Out of all the lines below, count those with the word "contours". Give the number only.

Records drawn from a dataset =
#####

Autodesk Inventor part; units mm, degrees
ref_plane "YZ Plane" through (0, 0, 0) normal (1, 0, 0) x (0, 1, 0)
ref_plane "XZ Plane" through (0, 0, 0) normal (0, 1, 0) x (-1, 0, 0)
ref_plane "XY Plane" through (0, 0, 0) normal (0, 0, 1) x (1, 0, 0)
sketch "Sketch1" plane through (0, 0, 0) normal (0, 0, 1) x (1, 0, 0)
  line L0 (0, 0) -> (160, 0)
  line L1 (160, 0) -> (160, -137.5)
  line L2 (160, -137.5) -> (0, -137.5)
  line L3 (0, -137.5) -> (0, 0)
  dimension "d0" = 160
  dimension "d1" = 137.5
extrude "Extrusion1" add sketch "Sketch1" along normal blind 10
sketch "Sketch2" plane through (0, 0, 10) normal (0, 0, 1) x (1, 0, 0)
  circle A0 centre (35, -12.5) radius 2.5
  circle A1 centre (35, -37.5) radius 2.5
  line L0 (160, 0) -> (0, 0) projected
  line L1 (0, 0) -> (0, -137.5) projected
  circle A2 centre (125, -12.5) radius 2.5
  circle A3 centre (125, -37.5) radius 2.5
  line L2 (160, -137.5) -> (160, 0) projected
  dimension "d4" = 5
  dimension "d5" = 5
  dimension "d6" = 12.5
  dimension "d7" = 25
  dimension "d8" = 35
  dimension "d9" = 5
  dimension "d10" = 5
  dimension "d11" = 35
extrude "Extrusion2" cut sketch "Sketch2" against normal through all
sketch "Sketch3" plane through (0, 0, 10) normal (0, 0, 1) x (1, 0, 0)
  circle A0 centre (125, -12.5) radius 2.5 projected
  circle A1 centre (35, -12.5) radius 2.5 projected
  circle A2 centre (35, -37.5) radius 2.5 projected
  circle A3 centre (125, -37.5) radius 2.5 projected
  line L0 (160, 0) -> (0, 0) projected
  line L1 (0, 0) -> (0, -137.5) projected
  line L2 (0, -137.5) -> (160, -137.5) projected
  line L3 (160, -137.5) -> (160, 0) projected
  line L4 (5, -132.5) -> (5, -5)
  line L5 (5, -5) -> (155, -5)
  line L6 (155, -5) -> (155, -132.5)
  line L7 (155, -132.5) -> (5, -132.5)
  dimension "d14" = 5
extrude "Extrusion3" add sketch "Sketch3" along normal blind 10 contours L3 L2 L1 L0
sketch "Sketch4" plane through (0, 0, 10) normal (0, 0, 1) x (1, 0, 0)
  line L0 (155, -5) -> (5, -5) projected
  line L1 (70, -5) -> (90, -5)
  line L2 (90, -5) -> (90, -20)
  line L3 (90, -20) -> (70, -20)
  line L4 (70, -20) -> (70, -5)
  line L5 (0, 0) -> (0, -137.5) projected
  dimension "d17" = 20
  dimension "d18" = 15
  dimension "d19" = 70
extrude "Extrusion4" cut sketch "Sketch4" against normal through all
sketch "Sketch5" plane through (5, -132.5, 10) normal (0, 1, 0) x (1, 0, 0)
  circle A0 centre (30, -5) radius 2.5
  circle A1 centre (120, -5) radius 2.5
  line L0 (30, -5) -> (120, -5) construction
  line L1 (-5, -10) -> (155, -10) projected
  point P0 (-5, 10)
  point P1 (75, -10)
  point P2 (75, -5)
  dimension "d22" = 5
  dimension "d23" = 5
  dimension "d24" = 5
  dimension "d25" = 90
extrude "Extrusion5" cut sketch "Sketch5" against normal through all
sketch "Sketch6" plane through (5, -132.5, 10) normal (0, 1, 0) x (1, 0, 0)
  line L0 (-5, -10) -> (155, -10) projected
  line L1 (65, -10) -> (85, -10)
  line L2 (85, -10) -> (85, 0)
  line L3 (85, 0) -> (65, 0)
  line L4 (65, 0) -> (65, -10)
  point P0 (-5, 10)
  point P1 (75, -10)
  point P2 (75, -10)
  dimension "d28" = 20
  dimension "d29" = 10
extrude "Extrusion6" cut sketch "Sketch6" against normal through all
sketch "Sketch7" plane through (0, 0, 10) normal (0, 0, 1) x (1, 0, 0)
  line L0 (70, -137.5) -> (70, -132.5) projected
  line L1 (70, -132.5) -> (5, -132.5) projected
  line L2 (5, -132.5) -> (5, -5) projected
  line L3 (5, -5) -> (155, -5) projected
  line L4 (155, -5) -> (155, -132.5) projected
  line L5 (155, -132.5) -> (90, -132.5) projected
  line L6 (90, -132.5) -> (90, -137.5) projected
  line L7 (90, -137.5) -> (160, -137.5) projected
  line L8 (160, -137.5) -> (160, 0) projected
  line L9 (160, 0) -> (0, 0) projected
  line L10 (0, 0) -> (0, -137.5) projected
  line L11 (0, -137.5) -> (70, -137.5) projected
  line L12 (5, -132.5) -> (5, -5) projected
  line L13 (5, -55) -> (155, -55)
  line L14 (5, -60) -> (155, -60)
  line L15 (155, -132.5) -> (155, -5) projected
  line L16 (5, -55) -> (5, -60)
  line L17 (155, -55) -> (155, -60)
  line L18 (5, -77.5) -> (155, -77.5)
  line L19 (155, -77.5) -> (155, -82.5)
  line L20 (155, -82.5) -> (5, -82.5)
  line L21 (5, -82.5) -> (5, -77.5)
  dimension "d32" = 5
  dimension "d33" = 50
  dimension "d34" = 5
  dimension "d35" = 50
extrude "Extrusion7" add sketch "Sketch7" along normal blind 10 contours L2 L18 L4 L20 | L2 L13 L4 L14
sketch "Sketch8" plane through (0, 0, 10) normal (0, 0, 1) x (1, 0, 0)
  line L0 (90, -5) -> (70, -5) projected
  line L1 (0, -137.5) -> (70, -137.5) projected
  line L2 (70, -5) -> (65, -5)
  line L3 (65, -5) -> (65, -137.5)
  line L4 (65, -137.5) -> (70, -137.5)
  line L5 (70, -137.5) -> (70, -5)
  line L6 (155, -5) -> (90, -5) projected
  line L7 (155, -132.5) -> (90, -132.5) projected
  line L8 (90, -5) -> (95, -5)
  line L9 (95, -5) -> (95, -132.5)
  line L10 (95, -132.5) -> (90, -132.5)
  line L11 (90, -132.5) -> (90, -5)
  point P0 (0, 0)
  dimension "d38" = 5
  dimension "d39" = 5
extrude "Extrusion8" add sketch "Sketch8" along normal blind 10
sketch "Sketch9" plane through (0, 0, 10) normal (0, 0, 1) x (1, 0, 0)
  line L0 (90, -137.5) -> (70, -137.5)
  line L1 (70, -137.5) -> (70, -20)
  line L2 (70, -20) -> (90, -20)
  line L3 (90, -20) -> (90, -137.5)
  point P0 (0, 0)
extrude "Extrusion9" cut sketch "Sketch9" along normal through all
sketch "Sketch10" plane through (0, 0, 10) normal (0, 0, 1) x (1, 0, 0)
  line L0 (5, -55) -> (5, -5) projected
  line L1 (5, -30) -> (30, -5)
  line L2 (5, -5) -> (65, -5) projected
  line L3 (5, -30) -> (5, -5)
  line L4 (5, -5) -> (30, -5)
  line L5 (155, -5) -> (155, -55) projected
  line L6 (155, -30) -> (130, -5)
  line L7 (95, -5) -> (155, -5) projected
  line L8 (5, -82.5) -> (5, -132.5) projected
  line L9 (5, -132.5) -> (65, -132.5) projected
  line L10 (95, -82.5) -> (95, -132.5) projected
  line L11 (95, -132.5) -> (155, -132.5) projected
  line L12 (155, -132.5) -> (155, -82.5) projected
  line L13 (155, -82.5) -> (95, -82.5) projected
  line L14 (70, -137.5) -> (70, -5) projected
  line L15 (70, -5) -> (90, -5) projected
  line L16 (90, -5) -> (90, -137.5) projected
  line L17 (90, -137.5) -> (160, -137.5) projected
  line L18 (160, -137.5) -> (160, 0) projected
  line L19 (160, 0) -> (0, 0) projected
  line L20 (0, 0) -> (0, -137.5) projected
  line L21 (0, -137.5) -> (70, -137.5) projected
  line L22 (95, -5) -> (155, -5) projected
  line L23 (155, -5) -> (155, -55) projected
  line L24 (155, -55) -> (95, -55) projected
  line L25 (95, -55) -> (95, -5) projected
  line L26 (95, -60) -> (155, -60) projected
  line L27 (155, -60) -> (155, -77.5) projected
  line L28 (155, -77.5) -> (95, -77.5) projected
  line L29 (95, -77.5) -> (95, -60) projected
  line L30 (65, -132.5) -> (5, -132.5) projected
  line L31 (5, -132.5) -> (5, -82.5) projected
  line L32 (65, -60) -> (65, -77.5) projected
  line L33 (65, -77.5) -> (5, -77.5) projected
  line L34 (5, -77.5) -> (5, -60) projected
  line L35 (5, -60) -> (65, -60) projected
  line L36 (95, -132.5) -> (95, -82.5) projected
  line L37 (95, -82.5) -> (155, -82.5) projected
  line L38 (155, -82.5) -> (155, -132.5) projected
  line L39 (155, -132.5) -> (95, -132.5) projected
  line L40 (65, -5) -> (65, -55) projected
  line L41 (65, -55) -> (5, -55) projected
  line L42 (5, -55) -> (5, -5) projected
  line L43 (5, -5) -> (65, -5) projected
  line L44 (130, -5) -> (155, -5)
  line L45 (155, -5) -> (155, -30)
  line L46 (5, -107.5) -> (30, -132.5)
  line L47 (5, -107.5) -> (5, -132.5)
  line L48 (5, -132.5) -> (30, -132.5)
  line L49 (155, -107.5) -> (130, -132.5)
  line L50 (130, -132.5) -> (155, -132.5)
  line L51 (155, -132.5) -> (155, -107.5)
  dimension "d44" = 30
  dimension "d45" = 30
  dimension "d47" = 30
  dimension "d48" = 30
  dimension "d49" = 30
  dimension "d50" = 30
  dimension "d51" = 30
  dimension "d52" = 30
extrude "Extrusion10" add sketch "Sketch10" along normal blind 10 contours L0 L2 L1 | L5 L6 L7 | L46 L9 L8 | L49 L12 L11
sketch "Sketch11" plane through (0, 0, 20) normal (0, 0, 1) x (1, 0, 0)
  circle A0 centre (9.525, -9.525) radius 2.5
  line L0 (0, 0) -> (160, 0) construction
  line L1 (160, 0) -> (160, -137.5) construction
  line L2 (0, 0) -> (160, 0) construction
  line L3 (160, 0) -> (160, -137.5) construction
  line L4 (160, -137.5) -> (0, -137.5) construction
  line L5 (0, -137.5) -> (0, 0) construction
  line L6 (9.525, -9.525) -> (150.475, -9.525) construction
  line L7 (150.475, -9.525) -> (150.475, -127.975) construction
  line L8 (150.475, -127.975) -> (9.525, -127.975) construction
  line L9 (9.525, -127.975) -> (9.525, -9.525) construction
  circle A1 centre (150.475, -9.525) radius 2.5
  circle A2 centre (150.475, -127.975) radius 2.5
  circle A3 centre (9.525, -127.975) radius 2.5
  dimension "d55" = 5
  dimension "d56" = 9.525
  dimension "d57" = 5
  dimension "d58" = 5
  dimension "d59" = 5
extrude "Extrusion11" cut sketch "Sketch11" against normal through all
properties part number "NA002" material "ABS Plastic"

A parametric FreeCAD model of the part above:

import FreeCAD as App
import Part
import Sketcher

V = App.Vector
Q = App.Units.Quantity


def add_polygon(sketch, points):
    """Adds a closed chain of lines whose ends are joined by coincident constraints."""
    first, n = sketch.GeometryCount, len(points)
    for a, b in zip(points, points[1:] + points[:1]):
        sketch.addGeometry(Part.LineSegment(App.Vector(*a, 0), App.Vector(*b, 0)), False)
    for i in range(n):
        sketch.addConstraint(Sketcher.Constraint("Coincident", first + i, 2, first + (i + 1) % n, 1))

doc = App.newDocument("Part")
body = doc.addObject("PartDesign::Body", "Body")

sketch1 = body.newObject("Sketcher::SketchObject", "Sketch")
sketch1.AttachmentSupport = (doc.getObject("XY_Plane"), [""])
sketch1.MapMode = "FlatFace"
add_polygon(sketch1, [(160, 0), (0, 0), (0, -137.5), (160, -137.5)])
sketch1.addConstraint(Sketcher.Constraint("Horizontal", 0))
sketch1.addConstraint(Sketcher.Constraint("Vertical", 1))
sketch1.addConstraint(Sketcher.Constraint("Horizontal", 2))
sketch1.addConstraint(Sketcher.Constraint("Vertical", 3))
sketch1.addConstraint(Sketcher.Constraint("Coincident", 0, 2, -1, 1))
sketch1.addConstraint(Sketcher.Constraint("DistanceX", 0, 2, 0, 1, Q("160 mm")))
sketch1.addConstraint(Sketcher.Constraint("DistanceY", 1, 2, 1, 1, Q("137.5 mm")))
pad1 = body.newObject("PartDesign::Pad", "Pad")
pad1.Profile = sketch1
pad1.Length = 10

#####

Reply =
3